Requirement: All lines from the opening of the data to the line containing "v 208 -4.507 6.61" must be returned unchanged, and only those lines.

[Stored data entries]
------------------------------------

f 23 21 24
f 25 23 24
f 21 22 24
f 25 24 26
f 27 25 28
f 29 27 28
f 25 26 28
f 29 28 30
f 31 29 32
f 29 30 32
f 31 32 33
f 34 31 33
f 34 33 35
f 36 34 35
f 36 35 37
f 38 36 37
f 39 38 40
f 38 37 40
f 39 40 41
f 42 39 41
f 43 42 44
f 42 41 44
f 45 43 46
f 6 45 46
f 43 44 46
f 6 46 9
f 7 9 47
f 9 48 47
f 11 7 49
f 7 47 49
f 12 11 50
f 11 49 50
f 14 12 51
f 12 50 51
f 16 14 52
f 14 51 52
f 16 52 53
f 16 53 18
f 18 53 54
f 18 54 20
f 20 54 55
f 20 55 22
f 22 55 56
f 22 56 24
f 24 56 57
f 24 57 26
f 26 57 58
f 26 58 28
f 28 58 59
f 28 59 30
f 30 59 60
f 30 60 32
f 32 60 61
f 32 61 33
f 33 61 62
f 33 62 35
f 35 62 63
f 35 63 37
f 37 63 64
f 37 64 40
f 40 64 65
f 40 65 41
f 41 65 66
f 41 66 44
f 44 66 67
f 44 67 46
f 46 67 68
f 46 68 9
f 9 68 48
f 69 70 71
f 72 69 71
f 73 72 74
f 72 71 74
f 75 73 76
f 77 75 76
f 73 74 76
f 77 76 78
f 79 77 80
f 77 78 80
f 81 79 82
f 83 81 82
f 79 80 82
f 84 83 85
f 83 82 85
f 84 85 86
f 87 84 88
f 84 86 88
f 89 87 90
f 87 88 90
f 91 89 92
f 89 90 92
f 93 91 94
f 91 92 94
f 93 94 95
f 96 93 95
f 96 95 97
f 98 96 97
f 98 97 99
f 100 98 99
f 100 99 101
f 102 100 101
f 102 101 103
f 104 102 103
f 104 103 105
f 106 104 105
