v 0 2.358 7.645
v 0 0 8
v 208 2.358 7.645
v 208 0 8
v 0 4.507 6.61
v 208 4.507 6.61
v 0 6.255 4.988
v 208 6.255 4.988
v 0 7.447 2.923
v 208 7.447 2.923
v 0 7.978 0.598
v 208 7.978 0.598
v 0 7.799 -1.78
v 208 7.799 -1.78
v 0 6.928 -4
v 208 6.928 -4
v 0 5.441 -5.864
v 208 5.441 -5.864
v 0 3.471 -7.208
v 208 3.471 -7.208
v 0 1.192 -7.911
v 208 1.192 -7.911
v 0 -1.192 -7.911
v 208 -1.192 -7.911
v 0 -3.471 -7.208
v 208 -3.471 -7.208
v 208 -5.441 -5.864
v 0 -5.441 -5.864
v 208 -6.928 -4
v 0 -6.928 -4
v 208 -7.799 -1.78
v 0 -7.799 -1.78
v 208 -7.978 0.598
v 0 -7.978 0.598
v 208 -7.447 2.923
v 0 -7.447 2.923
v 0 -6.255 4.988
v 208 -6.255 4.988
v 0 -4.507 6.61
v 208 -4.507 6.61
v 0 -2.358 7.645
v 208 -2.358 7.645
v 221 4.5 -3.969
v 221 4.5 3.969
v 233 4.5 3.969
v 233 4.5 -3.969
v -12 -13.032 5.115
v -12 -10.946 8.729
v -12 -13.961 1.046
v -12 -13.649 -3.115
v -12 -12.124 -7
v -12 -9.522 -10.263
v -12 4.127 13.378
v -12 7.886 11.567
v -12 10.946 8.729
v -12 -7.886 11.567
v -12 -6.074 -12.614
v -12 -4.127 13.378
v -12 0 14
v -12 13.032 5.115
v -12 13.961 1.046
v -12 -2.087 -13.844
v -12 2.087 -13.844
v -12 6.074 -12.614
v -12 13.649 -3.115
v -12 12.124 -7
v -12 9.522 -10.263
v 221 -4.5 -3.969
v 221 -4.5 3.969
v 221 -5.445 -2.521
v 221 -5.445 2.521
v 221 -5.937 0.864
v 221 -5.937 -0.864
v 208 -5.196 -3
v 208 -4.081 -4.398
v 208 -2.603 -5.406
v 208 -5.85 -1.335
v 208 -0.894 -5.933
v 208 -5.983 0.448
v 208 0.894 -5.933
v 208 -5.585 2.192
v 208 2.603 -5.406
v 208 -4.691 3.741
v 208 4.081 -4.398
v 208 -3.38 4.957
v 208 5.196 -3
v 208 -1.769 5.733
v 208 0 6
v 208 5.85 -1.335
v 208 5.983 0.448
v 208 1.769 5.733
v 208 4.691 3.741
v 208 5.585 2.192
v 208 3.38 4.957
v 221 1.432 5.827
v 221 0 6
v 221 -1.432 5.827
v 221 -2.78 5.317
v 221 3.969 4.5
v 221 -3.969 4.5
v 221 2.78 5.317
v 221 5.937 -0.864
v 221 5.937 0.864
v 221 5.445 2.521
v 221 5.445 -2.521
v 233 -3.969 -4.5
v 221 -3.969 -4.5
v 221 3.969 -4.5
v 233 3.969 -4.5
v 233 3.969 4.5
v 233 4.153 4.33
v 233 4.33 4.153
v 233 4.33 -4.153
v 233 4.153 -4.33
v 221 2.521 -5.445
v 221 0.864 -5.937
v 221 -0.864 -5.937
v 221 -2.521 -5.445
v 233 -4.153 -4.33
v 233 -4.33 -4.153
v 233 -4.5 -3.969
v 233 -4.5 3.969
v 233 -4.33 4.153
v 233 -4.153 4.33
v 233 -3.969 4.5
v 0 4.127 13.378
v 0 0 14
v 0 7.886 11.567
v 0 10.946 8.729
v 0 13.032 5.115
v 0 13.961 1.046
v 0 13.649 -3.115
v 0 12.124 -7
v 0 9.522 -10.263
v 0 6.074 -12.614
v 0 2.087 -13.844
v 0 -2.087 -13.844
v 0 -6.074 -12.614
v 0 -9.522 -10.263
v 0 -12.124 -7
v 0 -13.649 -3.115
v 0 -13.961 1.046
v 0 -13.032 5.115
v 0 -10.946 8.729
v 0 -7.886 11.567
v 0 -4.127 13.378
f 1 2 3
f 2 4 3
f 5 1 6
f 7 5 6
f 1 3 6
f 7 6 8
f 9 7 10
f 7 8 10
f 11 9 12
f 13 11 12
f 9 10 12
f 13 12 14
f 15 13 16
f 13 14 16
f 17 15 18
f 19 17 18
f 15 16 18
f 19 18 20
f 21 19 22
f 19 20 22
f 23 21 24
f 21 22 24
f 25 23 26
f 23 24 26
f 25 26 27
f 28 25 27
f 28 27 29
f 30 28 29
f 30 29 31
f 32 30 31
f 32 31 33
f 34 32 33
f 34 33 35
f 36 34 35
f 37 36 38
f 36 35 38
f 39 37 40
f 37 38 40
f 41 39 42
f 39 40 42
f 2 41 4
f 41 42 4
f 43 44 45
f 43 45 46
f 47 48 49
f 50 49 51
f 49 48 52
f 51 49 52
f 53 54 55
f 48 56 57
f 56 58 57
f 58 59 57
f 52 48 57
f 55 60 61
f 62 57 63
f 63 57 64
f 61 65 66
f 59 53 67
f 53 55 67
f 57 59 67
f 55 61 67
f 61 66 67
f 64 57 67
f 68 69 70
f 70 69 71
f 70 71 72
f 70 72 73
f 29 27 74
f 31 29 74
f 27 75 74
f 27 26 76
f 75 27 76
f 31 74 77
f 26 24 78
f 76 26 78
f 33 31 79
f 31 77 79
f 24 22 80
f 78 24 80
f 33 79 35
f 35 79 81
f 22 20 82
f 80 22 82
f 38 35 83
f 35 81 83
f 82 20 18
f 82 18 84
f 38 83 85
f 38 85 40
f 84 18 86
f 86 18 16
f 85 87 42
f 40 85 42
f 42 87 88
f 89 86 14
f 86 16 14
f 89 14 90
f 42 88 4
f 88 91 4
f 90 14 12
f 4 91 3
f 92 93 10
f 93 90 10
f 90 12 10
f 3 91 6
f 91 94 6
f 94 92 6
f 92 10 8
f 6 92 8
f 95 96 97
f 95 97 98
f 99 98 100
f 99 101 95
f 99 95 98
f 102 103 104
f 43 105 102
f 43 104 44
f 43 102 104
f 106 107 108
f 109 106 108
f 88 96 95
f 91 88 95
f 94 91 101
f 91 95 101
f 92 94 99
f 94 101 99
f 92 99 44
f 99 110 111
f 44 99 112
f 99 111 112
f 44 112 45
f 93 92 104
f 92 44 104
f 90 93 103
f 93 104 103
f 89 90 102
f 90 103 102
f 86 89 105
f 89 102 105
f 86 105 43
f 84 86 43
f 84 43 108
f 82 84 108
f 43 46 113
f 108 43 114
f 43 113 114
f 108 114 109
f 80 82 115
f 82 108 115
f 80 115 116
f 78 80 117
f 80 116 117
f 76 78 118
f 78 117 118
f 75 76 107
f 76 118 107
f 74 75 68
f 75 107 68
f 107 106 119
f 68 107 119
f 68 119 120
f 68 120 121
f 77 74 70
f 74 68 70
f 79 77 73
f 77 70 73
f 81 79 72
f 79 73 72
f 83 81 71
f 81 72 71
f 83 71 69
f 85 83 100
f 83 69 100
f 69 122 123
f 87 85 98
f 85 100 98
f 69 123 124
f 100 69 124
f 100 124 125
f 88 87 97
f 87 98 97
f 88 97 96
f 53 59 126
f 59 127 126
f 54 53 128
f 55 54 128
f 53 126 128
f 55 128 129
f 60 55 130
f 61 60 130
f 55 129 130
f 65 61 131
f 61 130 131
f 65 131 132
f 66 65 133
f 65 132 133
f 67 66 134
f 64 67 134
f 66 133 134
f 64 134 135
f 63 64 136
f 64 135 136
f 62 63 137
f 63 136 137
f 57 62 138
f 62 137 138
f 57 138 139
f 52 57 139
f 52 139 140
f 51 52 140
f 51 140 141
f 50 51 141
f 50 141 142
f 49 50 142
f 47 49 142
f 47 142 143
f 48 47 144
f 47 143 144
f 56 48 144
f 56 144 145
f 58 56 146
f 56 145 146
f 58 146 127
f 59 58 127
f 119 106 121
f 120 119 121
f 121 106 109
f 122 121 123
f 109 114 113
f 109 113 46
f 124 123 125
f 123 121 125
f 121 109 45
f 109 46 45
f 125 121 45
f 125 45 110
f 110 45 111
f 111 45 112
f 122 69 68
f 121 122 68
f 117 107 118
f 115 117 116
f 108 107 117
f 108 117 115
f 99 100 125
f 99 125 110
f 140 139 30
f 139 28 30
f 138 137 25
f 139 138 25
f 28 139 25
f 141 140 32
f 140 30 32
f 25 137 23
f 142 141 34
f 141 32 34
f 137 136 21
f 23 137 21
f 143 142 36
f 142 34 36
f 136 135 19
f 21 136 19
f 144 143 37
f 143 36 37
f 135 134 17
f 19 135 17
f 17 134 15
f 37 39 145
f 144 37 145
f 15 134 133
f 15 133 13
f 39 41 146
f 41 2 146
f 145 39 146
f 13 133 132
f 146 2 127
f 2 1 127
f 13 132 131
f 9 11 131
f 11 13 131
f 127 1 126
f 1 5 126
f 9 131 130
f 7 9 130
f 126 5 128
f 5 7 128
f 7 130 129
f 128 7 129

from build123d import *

# Parameters (mm, degrees)
SKETCH2_R          = 9
SKETCH2_W          = 9
SKETCH2_H          = 9
CUT_EXTRUDE1_DEPTH = 12


with BuildPart() as part:
    # Sketch1 → Revolve1 (revolve)
    with BuildSketch(Plane.XY, mode=Mode.PRIVATE) as revolve1_sk:
        Polygon((-12, 0), (-12, 14), (0, 14), (0, 8), (208, 8), (208, 6), (233, 6), (233, 0), align=None)
    revolve(revolve1_sk.sketch.rotate(Axis((500, 0, 0), (-1, 0, 0)), 270), axis=Axis((500, 0, 0), (-1, 0, 0)))

    # Sketch2 → Cut-Extrude1 (cut)
    with BuildSketch(Plane(origin=(221, 0, 0), x_dir=(0, 0, -1), z_dir=(1, 0, 0))):
        Circle(SKETCH2_R)
        Rectangle(SKETCH2_W, SKETCH2_H, mode=Mode.SUBTRACT)
    extrude(amount=CUT_EXTRUDE1_DEPTH, mode=Mode.SUBTRACT)


solid = part.part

------------------------------------

Exercise result:
f 23 21 24
f 25 23 24
f 21 22 24
f 25 24 26
f 27 25 28
f 29 27 28
f 25 26 28
f 29 28 30
f 31 29 32
f 29 30 32
f 31 32 33
f 34 31 33
f 34 33 35
f 36 34 35
f 36 35 37
f 38 36 37
f 39 38 40
f 38 37 40
f 39 40 41
f 42 39 41
f 43 42 44
f 42 41 44
f 45 43 46
f 6 45 46
f 43 44 46
f 6 46 9
f 7 9 47
f 9 48 47
f 11 7 49
f 7 47 49
f 12 11 50
f 11 49 50
f 14 12 51
f 12 50 51
f 16 14 52
f 14 51 52
f 16 52 53
f 16 53 18
f 18 53 54
f 18 54 20
f 20 54 55
f 20 55 22
f 22 55 56
f 22 56 24
f 24 56 57
f 24 57 26
f 26 57 58
f 26 58 28
f 28 58 59
f 28 59 30
f 30 59 60
f 30 60 32
f 32 60 61
f 32 61 33
f 33 61 62
f 33 62 35
f 35 62 63
f 35 63 37
f 37 63 64
f 37 64 40
f 40 64 65
f 40 65 41
f 41 65 66
f 41 66 44
f 44 66 67
f 44 67 46
f 46 67 68
f 46 68 9
f 9 68 48
f 69 70 71
f 72 69 71
f 73 72 74
f 72 71 74
f 75 73 76
f 77 75 76
f 73 74 76
f 77 76 78
f 79 77 80
f 77 78 80
f 81 79 82
f 83 81 82
f 79 80 82
f 84 83 85
f 83 82 85
f 84 85 86
f 87 84 88
f 84 86 88
f 89 87 90
f 87 88 90
f 91 89 92
f 89 90 92
f 93 91 94
f 91 92 94
f 93 94 95
f 96 93 95
f 96 95 97
f 98 96 97
f 98 97 99
f 100 98 99
f 100 99 101
f 102 100 101
f 102 101 103
f 104 102 103
f 104 103 105
f 106 104 105
v 0 2.358 7.645
v 0 0 8
v 208 2.358 7.645
v 208 0 8
v 0 4.507 6.61
v 208 4.507 6.61
v 0 6.255 4.988
v 208 6.255 4.988
v 0 7.447 2.923
v 208 7.447 2.923
v 0 7.978 0.598
v 208 7.978 0.598
v 0 7.799 -1.78
v 208 7.799 -1.78
v 0 6.928 -4
v 208 6.928 -4
v 0 5.441 -5.864
v 208 5.441 -5.864
v 0 3.471 -7.208
v 208 3.471 -7.208
v 0 1.192 -7.911
v 208 1.192 -7.911
v 0 -1.192 -7.911
v 208 -1.192 -7.911
v 0 -3.471 -7.208
v 208 -3.471 -7.208
v 208 -5.441 -5.864
v 0 -5.441 -5.864
v 208 -6.928 -4
v 0 -6.928 -4
v 208 -7.799 -1.78
v 0 -7.799 -1.78
v 208 -7.978 0.598
v 0 -7.978 0.598
v 208 -7.447 2.923
v 0 -7.447 2.923
v 0 -6.255 4.988
v 208 -6.255 4.988
v 0 -4.507 6.61
v 208 -4.507 6.61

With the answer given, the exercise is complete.